**EXERCISE REQUIREMENTS**
Only one stretch of the records below should be repeated. It starts with the line containing "f 86 88 152" and goes on through the line containing "f 180 125 178", exactly as written.

++++++++++++++++++++

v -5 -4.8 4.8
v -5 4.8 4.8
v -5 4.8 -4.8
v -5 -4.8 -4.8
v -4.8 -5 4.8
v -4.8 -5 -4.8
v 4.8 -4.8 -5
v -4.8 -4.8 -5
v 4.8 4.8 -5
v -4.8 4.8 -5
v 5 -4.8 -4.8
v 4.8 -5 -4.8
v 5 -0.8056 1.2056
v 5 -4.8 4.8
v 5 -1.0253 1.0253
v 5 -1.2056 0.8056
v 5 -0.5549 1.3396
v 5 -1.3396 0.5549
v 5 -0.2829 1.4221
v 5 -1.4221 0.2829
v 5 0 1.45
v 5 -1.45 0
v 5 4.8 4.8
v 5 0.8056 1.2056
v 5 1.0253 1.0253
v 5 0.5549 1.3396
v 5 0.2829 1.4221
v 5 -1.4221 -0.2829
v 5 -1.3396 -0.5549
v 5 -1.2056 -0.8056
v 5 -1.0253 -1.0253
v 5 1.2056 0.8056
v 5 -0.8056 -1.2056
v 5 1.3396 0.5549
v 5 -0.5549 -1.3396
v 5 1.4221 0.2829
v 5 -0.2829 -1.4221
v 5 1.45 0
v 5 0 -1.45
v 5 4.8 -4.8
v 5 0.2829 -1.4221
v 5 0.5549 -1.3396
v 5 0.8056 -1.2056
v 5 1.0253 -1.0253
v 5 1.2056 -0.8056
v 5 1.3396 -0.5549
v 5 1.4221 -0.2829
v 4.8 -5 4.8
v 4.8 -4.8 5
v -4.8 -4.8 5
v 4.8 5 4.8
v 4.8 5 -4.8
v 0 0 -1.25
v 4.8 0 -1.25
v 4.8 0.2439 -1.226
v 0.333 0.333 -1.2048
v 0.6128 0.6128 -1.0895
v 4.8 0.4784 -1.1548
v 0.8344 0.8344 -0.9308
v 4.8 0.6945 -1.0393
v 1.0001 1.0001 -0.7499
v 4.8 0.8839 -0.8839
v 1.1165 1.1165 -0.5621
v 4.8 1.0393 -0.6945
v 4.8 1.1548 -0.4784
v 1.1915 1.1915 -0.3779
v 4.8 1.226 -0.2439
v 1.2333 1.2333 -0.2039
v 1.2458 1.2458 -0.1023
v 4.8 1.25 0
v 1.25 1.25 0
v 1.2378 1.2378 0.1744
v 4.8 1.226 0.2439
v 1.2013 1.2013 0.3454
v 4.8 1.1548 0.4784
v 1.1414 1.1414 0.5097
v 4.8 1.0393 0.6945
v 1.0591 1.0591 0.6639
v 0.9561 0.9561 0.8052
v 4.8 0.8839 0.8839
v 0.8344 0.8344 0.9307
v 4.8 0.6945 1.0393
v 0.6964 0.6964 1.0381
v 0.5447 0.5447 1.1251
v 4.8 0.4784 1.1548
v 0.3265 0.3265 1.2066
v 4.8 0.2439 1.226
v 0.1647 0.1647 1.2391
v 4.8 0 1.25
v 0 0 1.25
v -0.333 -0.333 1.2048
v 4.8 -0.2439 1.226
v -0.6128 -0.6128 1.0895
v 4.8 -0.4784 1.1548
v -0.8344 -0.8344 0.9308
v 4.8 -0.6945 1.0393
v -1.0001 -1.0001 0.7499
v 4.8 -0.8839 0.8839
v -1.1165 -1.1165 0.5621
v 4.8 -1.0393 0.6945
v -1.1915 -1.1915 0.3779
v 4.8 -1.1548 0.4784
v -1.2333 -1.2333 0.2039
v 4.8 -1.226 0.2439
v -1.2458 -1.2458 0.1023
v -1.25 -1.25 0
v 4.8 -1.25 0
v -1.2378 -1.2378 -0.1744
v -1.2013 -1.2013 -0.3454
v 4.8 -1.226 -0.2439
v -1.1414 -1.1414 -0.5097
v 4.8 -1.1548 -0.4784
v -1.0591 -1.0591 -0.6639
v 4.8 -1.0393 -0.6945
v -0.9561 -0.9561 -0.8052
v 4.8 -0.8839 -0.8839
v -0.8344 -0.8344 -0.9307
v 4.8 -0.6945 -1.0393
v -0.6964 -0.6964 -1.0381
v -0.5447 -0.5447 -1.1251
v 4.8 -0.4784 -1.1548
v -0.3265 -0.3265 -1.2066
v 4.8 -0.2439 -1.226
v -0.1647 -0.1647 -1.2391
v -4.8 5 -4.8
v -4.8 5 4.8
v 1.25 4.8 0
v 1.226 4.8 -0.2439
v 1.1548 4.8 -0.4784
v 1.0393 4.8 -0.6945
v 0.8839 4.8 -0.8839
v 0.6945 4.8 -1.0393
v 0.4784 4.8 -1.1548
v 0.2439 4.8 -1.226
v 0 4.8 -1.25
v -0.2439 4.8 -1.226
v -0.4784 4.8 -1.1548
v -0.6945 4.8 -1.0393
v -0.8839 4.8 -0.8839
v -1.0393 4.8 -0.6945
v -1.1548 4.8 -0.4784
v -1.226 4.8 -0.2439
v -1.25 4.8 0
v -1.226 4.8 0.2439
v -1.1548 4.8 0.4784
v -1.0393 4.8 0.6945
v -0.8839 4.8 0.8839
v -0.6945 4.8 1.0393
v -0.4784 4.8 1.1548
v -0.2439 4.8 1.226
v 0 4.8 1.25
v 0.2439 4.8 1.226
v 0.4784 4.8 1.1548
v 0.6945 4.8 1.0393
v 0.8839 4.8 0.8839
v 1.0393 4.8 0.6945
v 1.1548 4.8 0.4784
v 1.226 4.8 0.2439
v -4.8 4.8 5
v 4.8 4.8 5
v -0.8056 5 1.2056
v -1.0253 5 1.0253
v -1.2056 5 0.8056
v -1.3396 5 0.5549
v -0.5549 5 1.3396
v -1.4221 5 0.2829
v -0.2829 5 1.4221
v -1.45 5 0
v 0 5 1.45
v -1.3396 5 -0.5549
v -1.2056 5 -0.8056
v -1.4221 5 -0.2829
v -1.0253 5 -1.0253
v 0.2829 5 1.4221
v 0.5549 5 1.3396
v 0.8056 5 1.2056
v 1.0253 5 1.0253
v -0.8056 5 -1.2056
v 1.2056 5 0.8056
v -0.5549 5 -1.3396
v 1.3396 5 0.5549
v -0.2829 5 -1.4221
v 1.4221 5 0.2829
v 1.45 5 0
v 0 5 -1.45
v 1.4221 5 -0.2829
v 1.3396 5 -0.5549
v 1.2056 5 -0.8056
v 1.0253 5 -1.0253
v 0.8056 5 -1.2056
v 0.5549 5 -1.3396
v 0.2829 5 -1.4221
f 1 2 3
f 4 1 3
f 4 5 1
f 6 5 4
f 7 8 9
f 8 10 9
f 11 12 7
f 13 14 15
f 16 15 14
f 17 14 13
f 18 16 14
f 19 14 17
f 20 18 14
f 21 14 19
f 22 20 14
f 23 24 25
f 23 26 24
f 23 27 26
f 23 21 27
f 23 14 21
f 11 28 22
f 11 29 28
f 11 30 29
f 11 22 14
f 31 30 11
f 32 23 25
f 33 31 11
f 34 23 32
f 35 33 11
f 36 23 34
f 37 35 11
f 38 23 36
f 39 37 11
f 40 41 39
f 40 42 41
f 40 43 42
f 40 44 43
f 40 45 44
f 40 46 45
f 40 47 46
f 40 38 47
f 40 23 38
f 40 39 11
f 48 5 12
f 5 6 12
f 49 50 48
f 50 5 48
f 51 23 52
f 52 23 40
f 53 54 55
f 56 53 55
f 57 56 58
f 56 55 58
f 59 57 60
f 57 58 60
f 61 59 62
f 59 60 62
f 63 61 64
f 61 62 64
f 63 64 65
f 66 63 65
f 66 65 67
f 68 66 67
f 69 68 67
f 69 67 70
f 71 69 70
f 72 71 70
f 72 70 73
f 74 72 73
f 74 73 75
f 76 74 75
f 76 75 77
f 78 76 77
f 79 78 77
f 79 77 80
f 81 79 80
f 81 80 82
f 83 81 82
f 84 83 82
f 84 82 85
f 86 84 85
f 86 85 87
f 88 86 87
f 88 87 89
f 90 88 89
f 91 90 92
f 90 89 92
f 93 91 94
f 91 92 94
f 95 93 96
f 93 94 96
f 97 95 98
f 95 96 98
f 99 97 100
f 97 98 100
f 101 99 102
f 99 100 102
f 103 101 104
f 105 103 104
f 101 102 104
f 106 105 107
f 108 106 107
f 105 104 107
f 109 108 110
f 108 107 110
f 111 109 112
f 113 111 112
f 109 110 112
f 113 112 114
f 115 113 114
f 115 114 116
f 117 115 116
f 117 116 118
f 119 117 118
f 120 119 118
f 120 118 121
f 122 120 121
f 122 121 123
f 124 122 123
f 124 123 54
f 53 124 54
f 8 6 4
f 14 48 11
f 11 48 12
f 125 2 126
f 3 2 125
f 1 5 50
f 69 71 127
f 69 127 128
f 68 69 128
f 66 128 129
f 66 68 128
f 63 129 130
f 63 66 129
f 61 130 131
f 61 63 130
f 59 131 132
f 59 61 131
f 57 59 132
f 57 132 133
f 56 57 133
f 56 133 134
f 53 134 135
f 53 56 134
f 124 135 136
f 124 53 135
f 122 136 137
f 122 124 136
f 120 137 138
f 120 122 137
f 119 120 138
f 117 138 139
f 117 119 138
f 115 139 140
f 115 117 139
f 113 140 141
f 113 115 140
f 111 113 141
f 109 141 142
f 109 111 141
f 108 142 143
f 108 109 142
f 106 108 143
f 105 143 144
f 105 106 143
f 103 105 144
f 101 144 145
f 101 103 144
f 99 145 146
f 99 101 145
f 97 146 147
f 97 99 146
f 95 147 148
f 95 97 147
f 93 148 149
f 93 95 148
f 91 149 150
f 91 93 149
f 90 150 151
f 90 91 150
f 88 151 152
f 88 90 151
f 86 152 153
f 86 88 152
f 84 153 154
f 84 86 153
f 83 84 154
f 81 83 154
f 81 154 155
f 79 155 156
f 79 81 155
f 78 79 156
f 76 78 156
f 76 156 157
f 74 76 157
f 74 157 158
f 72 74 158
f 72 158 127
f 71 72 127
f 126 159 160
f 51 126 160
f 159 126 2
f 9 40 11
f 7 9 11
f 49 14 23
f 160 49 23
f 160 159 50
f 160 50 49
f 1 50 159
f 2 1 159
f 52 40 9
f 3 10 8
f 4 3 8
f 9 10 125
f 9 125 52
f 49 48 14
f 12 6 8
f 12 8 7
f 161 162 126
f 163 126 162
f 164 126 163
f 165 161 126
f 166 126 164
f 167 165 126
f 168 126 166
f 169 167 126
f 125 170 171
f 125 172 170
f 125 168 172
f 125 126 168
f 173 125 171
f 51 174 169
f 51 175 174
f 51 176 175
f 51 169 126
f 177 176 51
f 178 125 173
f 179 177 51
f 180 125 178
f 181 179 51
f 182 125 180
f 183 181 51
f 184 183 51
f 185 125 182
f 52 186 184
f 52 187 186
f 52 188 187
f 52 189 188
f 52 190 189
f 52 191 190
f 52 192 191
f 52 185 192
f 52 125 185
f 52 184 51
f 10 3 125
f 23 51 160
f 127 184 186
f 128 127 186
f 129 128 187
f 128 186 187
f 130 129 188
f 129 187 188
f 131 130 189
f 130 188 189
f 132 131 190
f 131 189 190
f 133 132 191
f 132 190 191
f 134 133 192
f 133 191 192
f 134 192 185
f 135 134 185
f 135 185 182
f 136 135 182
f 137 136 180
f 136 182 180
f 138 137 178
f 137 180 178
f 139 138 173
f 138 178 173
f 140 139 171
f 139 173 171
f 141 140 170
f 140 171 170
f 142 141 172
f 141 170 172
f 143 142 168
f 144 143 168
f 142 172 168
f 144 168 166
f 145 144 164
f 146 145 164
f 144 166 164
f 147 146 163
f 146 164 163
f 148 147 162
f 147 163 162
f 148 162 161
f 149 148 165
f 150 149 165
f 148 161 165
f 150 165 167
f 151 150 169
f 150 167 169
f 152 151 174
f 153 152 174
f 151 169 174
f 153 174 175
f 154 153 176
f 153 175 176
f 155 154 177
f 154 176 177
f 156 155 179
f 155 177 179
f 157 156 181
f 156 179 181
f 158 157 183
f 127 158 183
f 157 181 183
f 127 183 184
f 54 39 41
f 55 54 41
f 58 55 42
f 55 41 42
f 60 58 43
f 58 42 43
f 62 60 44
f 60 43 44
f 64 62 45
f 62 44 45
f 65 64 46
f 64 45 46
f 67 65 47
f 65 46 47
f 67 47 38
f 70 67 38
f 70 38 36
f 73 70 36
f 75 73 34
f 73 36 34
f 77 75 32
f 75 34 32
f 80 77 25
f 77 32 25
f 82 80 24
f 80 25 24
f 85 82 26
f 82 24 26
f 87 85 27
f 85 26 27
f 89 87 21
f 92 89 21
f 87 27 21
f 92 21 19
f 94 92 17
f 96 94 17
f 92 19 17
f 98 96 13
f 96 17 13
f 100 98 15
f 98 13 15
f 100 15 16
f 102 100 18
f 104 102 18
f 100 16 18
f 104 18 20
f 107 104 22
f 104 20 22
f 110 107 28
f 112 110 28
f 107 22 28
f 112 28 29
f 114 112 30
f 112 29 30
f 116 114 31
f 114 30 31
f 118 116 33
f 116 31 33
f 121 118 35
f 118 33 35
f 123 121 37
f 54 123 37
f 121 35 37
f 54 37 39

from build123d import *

# Parameters (mm, degrees)
SKETCH_1_W                   = 10
SKETCH_1_H                   = 10
EXTRUDE_1_DEPTH              = 5
HOLE_START                   = 1.25
HOLE_WIZARD_M3_2_OUTLINE_R   = 1.25
HOLE_WIZARD_M3_2_DEPTH       = 3.75
HOLE_START_2                 = -1.2500001
HOLE_WIZARD_M3_2_2_OUTLINE_R = 1.25
HOLE_WIZARD_M3_2_2_DEPTH     = 2.5000001
HOLE_WIZARD_M3_2_3_OUTLINE_W = 6
HOLE_WIZARD_M3_2_3_OUTLINE_H = 6
HOLE_WIZARD_M3_2_3_DEPTH     = 3
HOLE_WIZARD_M3_3_REACH       = 14.247
HOLE_WIZARD_M3_3_BORE_R      = 1.25
CHAMFER_1_SIZE               = 0.2


with BuildPart() as part:
    # 草图1 → 凸台-拉伸1 (new, symmetric)
    with BuildSketch(Plane(origin=(0, 0, 0), x_dir=(1, 0, 0), z_dir=(0, 1, 0))):
        Rectangle(SKETCH_1_W, SKETCH_1_H)
    extrude(amount=EXTRUDE_1_DEPTH, both=True)

    # M3 螺纹孔2: read off the stored shape, not the designer's step
    # M3 螺纹孔2 outline → M3 螺纹孔2 (cut)
    with BuildSketch(Plane(origin=(0, 0, 0), x_dir=(1, 0, 0), z_dir=(0, 1, 0)).offset(HOLE_START)):
        Circle(HOLE_WIZARD_M3_2_OUTLINE_R)
    extrude(amount=HOLE_WIZARD_M3_2_DEPTH, mode=Mode.SUBTRACT)

    # Hole Wizard M3 _2 2 outline → Hole Wizard M3 _2 2 (cut)
    with BuildSketch(Plane(origin=(0, 0, 0), x_dir=(1, 0, 0), z_dir=(0, 1, 0)).offset(HOLE_START_2)):
        Circle(HOLE_WIZARD_M3_2_2_OUTLINE_R)
    extrude(amount=HOLE_WIZARD_M3_2_2_DEPTH, mode=Mode.SUBTRACT)

    # Hole Wizard M3 _2 3 outline → Hole Wizard M3 _2 3 (add)
    with BuildSketch(Plane(origin=(0, 0, 0), x_dir=(0.707106781186548, 0.707106781186547, 0), z_dir=(0.707106781186547, -0.707106781186548, 0))):
        Rectangle(HOLE_WIZARD_M3_2_3_OUTLINE_W, HOLE_WIZARD_M3_2_3_OUTLINE_H)
    extrude(amount=HOLE_WIZARD_M3_2_3_DEPTH)

    # M3 螺纹孔3 bore → M3 螺纹孔3 (cut, up to next)
    with BuildSketch(Plane(origin=(5, 0, 0), x_dir=(0, 0, -1), z_dir=(1, 0, 0)), mode=Mode.PRIVATE) as hole_wizard_m3_3_sk1:
        Circle(HOLE_WIZARD_M3_3_BORE_R)
    hole_wizard_m3_3_tool1 = extrude(hole_wizard_m3_3_sk1.sketch, amount=-HOLE_WIZARD_M3_3_REACH, mode=Mode.PRIVATE) & part.part
    add(hole_wizard_m3_3_tool1.solids().sort_by_distance((5, 0, 0))[0], mode=Mode.SUBTRACT)

    # 倒角1
    chamfer_1_edges = [part.edges().sort_by_distance(p)[0] for p in [
        (-5, 5, 0),
        (-1.25, 5, 0),
        (0, 5, 5),
        (5, 0, 1.25),
        (5, 5, 0),
        (0, -5, 5),
        (-5, -5, 0),
        (0, -5, -5),
        (5, -5, 0),
        (5, 0, 5),
        (-5, 0, 5),
        (-5, 0, -5),
        (5, 0, -5),
        (0, 5, -5),
    ]]
    chamfer(chamfer_1_edges, length=CHAMFER_1_SIZE)


solid = part.part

++++++++++++++++++++

**ANSWER FOR THE TASK**
f 86 88 152
f 84 153 154
f 84 86 153
f 83 84 154
f 81 83 154
f 81 154 155
f 79 155 156
f 79 81 155
f 78 79 156
f 76 78 156
f 76 156 157
f 74 76 157
f 74 157 158
f 72 74 158
f 72 158 127
f 71 72 127
f 126 159 160
f 51 126 160
f 159 126 2
f 9 40 11
f 7 9 11
f 49 14 23
f 160 49 23
f 160 159 50
f 160 50 49
f 1 50 159
f 2 1 159
f 52 40 9
f 3 10 8
f 4 3 8
f 9 10 125
f 9 125 52
f 49 48 14
f 12 6 8
f 12 8 7
f 161 162 126
f 163 126 162
f 164 126 163
f 165 161 126
f 166 126 164
f 167 165 126
f 168 126 166
f 169 167 126
f 125 170 171
f 125 172 170
f 125 168 172
f 125 126 168
f 173 125 171
f 51 174 169
f 51 175 174
f 51 176 175
f 51 169 126
f 177 176 51
f 178 125 173
f 179 177 51
f 180 125 178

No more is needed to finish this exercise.